# Processus Automator qui clique sur le lien à l'intérieur d'un mail?



## WebOliver (31 Août 2005)

Je suis inscrit sur plusieurs forums, et je reçois les mails d'abonnement (notification instantanée) aux sujets dans lesquels j'ai posté. Je cherche à créer un processus Automator qui ferait que dès que je reçois un de ces mails, le script active et clique le lien indiqué dans le mail... 

C'est possible ça?  En définissant un expéditeur donné?

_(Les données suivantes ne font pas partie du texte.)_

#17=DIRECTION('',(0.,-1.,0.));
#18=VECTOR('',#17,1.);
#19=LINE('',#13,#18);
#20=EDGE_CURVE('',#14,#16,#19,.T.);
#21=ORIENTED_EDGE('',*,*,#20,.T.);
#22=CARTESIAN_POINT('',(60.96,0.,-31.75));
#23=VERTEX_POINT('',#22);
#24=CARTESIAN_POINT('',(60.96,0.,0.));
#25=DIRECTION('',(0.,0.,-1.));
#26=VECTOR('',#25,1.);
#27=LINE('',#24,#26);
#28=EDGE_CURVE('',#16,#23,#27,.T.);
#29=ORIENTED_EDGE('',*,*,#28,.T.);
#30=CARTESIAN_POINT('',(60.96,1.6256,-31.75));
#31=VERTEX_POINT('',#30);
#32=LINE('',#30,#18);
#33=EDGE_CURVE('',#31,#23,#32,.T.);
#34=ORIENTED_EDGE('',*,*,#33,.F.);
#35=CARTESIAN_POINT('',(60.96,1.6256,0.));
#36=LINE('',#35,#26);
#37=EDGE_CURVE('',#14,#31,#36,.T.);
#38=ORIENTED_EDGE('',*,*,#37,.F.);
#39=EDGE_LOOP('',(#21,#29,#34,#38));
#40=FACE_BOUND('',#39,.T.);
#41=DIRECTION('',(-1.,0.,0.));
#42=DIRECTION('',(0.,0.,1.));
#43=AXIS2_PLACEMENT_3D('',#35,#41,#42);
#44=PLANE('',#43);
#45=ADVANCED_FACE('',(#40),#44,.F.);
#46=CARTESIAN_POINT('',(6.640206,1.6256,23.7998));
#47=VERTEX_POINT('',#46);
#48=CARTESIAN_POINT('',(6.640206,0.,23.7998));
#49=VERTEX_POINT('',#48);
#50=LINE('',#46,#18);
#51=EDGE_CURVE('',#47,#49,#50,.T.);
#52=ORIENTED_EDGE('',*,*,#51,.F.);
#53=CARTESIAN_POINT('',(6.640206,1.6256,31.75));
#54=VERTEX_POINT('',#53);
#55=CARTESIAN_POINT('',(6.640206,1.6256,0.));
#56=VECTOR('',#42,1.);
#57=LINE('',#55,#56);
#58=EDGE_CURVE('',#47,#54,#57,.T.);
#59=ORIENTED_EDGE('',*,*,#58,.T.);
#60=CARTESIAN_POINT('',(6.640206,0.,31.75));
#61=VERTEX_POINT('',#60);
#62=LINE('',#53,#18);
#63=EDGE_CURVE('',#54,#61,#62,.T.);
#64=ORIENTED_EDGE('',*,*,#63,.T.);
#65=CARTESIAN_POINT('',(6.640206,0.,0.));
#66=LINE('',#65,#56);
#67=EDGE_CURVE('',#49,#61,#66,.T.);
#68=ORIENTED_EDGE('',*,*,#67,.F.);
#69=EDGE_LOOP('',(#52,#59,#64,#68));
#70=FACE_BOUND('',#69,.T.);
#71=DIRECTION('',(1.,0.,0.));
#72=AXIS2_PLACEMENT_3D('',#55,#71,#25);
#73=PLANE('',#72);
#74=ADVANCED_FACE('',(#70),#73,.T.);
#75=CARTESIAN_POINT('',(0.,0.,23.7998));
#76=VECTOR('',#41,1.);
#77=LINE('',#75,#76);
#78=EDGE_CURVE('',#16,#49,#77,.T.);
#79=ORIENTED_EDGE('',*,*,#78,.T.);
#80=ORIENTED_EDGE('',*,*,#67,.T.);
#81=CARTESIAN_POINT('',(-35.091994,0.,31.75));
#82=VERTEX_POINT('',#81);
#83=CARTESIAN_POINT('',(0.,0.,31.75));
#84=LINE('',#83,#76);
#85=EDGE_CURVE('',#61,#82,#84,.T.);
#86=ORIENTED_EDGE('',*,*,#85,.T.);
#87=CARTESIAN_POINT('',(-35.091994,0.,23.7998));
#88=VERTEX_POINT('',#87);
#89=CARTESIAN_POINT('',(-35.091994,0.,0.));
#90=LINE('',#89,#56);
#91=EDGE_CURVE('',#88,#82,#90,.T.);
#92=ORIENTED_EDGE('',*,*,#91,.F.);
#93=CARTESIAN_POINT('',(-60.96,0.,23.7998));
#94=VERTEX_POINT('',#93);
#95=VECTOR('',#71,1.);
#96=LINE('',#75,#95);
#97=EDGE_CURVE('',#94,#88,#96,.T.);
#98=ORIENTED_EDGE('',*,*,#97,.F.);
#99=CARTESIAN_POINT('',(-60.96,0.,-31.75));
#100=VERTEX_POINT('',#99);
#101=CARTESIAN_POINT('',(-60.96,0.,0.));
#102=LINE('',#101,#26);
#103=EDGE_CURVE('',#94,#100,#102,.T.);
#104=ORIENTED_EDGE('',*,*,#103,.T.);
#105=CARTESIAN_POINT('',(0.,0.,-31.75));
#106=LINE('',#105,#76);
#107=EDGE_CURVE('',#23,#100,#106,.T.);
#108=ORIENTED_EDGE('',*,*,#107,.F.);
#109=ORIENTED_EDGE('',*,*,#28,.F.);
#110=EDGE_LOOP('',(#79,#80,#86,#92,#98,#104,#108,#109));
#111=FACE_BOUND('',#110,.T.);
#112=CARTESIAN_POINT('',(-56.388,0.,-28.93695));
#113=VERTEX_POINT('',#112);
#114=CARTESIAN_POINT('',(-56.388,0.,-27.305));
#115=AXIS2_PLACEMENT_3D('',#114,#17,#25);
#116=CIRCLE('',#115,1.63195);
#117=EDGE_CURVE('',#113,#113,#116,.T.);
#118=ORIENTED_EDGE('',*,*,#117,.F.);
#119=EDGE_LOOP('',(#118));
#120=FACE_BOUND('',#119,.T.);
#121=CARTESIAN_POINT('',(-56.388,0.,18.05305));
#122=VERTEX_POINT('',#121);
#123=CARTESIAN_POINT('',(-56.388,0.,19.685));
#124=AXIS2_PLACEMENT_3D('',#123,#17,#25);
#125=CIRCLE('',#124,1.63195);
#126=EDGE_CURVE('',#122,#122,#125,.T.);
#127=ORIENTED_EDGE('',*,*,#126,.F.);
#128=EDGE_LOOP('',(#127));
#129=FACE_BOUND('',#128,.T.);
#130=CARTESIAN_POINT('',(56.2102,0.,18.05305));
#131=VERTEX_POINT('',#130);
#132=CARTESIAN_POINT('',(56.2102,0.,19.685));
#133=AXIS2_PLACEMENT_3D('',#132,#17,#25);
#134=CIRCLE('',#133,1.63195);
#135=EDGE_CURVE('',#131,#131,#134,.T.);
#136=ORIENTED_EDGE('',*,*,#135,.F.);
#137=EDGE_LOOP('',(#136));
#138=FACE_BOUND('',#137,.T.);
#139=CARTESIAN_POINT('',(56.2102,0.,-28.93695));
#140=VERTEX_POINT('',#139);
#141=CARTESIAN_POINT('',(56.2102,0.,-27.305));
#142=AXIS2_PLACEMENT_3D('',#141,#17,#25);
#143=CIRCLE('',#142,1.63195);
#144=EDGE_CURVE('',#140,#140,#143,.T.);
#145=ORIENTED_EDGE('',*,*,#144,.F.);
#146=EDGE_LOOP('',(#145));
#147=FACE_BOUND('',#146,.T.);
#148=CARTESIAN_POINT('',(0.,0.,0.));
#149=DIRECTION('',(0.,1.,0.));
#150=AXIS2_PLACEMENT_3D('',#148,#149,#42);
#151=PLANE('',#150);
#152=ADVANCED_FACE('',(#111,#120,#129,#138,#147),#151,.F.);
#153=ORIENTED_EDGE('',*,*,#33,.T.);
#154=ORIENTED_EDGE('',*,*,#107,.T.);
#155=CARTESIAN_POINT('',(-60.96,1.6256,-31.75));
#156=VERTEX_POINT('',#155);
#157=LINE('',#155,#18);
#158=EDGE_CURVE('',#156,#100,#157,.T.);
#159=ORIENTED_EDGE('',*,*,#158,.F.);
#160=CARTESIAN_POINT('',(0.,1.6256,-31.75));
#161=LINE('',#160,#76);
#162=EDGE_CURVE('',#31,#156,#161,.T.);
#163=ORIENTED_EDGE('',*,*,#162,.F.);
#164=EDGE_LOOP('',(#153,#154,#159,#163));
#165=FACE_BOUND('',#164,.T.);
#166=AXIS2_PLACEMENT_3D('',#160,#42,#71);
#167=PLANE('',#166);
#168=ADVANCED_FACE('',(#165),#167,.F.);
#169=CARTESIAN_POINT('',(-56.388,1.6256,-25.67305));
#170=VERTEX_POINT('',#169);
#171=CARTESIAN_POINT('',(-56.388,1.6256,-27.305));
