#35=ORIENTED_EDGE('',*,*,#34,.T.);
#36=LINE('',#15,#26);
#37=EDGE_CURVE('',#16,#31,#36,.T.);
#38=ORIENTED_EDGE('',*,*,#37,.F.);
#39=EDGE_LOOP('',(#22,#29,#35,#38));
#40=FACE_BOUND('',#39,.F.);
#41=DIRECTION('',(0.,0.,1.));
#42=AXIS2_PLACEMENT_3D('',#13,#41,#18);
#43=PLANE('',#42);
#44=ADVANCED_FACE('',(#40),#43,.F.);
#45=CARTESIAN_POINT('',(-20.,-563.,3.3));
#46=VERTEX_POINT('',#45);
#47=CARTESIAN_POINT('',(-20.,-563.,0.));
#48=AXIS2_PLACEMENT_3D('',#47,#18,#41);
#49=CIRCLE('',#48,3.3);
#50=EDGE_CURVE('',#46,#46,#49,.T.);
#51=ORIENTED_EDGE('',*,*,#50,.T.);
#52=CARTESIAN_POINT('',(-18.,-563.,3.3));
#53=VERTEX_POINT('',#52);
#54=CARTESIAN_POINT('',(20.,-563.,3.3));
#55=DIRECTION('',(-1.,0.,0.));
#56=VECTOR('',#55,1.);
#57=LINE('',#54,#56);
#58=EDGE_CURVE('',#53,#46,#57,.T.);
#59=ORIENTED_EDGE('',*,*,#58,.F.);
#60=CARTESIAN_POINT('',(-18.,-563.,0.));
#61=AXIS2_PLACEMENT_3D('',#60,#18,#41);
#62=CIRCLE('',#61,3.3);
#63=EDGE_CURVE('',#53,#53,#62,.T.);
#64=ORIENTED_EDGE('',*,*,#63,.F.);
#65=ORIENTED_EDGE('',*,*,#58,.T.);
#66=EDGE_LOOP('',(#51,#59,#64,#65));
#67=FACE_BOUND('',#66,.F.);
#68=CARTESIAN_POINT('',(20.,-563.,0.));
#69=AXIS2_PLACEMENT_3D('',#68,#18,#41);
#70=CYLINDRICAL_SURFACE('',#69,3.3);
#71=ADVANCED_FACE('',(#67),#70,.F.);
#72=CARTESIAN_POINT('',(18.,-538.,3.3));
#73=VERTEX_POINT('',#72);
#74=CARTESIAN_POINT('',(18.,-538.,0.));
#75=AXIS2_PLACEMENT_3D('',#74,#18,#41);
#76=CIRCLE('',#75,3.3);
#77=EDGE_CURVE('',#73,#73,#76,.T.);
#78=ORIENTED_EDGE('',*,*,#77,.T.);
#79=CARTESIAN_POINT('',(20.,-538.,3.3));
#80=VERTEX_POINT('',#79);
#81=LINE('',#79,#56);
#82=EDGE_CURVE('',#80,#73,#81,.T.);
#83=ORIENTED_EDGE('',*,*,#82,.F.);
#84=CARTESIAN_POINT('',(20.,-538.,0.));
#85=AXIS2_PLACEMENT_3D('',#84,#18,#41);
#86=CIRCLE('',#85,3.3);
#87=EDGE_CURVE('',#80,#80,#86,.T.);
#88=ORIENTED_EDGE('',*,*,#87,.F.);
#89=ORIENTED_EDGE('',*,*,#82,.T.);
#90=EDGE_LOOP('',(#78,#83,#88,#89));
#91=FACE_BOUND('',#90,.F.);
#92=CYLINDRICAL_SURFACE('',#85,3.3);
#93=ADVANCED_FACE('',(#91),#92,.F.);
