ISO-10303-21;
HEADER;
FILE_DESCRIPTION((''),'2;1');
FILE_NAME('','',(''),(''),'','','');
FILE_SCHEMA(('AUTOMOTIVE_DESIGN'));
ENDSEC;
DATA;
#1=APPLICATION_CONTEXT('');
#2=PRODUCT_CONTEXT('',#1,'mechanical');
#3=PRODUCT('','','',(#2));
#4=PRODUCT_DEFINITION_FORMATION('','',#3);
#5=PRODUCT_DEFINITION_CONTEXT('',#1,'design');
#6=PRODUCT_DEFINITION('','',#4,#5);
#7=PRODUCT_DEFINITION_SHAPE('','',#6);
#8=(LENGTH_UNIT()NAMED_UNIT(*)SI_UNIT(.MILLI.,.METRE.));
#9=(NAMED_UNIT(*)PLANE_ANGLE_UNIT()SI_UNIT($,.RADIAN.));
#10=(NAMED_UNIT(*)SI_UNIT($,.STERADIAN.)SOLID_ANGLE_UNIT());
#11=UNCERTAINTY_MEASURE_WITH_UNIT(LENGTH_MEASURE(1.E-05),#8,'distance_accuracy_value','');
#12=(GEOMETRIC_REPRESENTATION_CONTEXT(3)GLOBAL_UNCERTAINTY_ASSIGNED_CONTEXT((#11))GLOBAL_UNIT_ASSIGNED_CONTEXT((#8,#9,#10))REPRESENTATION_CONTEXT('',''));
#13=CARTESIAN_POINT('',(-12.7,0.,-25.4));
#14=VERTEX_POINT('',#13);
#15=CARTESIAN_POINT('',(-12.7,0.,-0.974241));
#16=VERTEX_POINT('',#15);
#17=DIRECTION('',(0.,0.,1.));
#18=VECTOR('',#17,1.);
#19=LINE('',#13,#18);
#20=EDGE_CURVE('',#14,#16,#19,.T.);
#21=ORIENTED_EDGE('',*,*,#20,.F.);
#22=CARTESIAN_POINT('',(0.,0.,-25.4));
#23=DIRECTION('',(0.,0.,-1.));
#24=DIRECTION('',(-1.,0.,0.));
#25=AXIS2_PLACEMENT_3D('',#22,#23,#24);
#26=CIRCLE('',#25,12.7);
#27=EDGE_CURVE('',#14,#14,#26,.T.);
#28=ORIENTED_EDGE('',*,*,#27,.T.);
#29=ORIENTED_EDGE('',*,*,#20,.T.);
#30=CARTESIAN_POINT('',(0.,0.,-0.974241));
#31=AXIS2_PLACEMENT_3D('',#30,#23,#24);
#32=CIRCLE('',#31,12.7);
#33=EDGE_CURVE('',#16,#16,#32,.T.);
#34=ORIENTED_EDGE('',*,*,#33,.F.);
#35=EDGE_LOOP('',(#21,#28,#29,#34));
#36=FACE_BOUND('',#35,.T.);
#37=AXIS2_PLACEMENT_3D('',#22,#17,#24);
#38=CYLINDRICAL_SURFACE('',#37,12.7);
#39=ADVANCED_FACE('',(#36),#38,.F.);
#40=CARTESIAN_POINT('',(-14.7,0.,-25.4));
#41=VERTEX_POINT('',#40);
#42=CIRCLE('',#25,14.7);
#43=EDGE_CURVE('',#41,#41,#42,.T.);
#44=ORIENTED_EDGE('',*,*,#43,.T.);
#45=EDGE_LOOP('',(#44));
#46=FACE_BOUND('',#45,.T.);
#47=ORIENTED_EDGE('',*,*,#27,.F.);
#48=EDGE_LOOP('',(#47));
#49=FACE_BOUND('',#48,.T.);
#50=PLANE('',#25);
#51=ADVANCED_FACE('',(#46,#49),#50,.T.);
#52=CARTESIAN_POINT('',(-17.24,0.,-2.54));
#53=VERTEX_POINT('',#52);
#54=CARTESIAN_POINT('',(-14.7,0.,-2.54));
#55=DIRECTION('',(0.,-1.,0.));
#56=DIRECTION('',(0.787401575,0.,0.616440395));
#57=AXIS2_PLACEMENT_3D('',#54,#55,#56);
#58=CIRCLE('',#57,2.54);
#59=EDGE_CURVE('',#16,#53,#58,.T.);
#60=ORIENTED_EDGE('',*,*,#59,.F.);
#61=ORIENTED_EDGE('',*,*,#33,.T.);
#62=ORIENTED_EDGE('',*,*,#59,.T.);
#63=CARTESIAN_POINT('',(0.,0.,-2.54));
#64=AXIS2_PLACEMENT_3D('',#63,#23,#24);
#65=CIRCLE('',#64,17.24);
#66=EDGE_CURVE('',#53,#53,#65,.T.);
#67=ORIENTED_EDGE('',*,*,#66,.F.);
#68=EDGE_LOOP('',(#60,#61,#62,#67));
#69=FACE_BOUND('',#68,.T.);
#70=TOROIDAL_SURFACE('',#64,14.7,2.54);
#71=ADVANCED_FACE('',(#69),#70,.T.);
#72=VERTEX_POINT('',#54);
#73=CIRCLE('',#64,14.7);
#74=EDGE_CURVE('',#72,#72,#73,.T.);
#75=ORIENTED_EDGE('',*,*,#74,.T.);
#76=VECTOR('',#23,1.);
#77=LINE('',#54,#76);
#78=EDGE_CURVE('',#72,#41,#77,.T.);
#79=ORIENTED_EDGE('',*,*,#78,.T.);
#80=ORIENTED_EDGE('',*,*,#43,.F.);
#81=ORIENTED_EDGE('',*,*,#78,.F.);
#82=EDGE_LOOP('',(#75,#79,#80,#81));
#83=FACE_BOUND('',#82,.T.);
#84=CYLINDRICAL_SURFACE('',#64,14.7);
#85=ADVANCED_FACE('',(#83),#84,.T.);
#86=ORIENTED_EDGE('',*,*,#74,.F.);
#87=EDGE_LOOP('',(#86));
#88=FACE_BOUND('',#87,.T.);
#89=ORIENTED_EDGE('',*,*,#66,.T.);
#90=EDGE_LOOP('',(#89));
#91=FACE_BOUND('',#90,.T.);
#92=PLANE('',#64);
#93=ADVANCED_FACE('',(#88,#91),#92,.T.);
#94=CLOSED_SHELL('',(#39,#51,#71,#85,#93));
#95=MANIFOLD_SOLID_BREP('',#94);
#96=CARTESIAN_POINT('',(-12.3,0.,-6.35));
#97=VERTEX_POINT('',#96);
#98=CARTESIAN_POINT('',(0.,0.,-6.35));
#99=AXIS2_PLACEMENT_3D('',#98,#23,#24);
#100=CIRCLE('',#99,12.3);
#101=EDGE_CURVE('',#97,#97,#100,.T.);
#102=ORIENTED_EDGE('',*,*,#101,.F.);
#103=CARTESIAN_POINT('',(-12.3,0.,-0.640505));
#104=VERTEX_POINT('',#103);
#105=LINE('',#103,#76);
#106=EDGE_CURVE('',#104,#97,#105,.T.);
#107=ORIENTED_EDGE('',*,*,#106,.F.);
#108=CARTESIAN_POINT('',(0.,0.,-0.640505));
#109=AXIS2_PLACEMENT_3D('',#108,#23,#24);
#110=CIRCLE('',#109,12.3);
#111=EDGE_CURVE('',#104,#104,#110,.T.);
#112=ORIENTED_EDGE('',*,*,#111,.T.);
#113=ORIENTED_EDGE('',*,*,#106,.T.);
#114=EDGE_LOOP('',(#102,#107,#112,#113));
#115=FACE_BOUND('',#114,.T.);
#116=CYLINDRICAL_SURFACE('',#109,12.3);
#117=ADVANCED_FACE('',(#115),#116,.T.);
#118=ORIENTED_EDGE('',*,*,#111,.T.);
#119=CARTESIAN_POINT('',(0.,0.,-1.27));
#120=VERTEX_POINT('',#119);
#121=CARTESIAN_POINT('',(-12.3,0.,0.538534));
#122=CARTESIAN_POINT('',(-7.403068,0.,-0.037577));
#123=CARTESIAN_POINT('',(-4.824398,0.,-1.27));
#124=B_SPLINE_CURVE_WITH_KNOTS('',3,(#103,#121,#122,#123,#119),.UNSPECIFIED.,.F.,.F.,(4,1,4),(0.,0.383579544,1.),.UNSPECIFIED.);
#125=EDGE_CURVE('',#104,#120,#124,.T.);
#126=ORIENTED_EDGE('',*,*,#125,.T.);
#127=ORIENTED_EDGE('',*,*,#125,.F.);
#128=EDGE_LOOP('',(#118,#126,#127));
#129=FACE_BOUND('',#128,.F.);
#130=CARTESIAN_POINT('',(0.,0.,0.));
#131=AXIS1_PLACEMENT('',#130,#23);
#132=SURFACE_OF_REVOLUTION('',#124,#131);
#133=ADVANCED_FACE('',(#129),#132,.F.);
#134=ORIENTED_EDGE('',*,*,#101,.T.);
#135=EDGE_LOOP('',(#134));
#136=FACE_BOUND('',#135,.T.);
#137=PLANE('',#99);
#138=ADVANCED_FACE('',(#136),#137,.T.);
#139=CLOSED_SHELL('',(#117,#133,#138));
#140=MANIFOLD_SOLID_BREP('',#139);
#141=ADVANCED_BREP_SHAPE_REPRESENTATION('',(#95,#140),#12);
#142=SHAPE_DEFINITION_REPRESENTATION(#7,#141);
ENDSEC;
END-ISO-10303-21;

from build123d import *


with BuildPart() as f1:
    # F0 (on Front) → F1 (revolve)
    with BuildSketch(Plane.XZ):
        with BuildLine():
            Line((-14.7, -2.54), (-14.7, -25.4))
            Line((-14.7, -25.4), (-12.7, -25.4))
            Line((-12.7, -25.4), (-12.7, -0.9742413979))
            ThreePointArc((-12.7, -0.9742413979), (-15.5281304245, -0.1387919707), (-17.24, -2.54))
            Line((-17.24, -2.54), (-14.7, -2.54))
        make_face()
    revolve(axis=Axis((0, 0, 0), (0, 0, -1)))


with BuildPart() as f2:
    # F0 (on Front) → F2 (revolve)
    with BuildSketch(Plane.XZ):
        with BuildLine():
            add(Edge.make_bspline(
                [(-12.3, -0.640504579), (-12.3, 0.5385344325), (-7.4030678148, -0.0375770975), (-4.8243983329, -1.27), (0, -1.27)],
                knots=[0, 0, 0, 0, 0.3835795443, 1, 1, 1, 1], degree=3))
            Line((-12.3, -0.640504579), (-12.3, -6.35))
            Line((-12.3, -6.35), (0, -6.35))
            Line((0, -6.35), (0, -1.27))
        make_face()
    revolve(axis=Axis((0, 0, 0), (0, 0, -1)))


solid = Compound([f1.part, f2.part])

Et après?


----------



## rezba (31 Août 2005)

fainéant. :love:


----------



## rezba (31 Août 2005)

Bah, quoi, on peut rigoler, non ? :love:
Je ne sais pas si c'est possible, surement, à l'impossible nul n'est tenu, mais impossible n'est pas français, et même pour un suisse roman, pas de souci.  Mais j'y pense là tout de suite. La plupart de ces mails ont plusieurs liens, un lien vers le dernier message et un lien vers la discussion, non ? Il faudra qu'automator choisisse, dans ce cas.


----------



## WebOliver (31 Août 2005)

Oui, c'est un peu compliqué à mettre en ½uvre j'imagine... Il faudrait pouvoir lui indiquer que seul le premier lien du mail doit être pris en compte, mais là, on a plutôt intérêt à le faire directement avec AppleScript non?

PS: romand s'écrit avec un d à la fin.


----------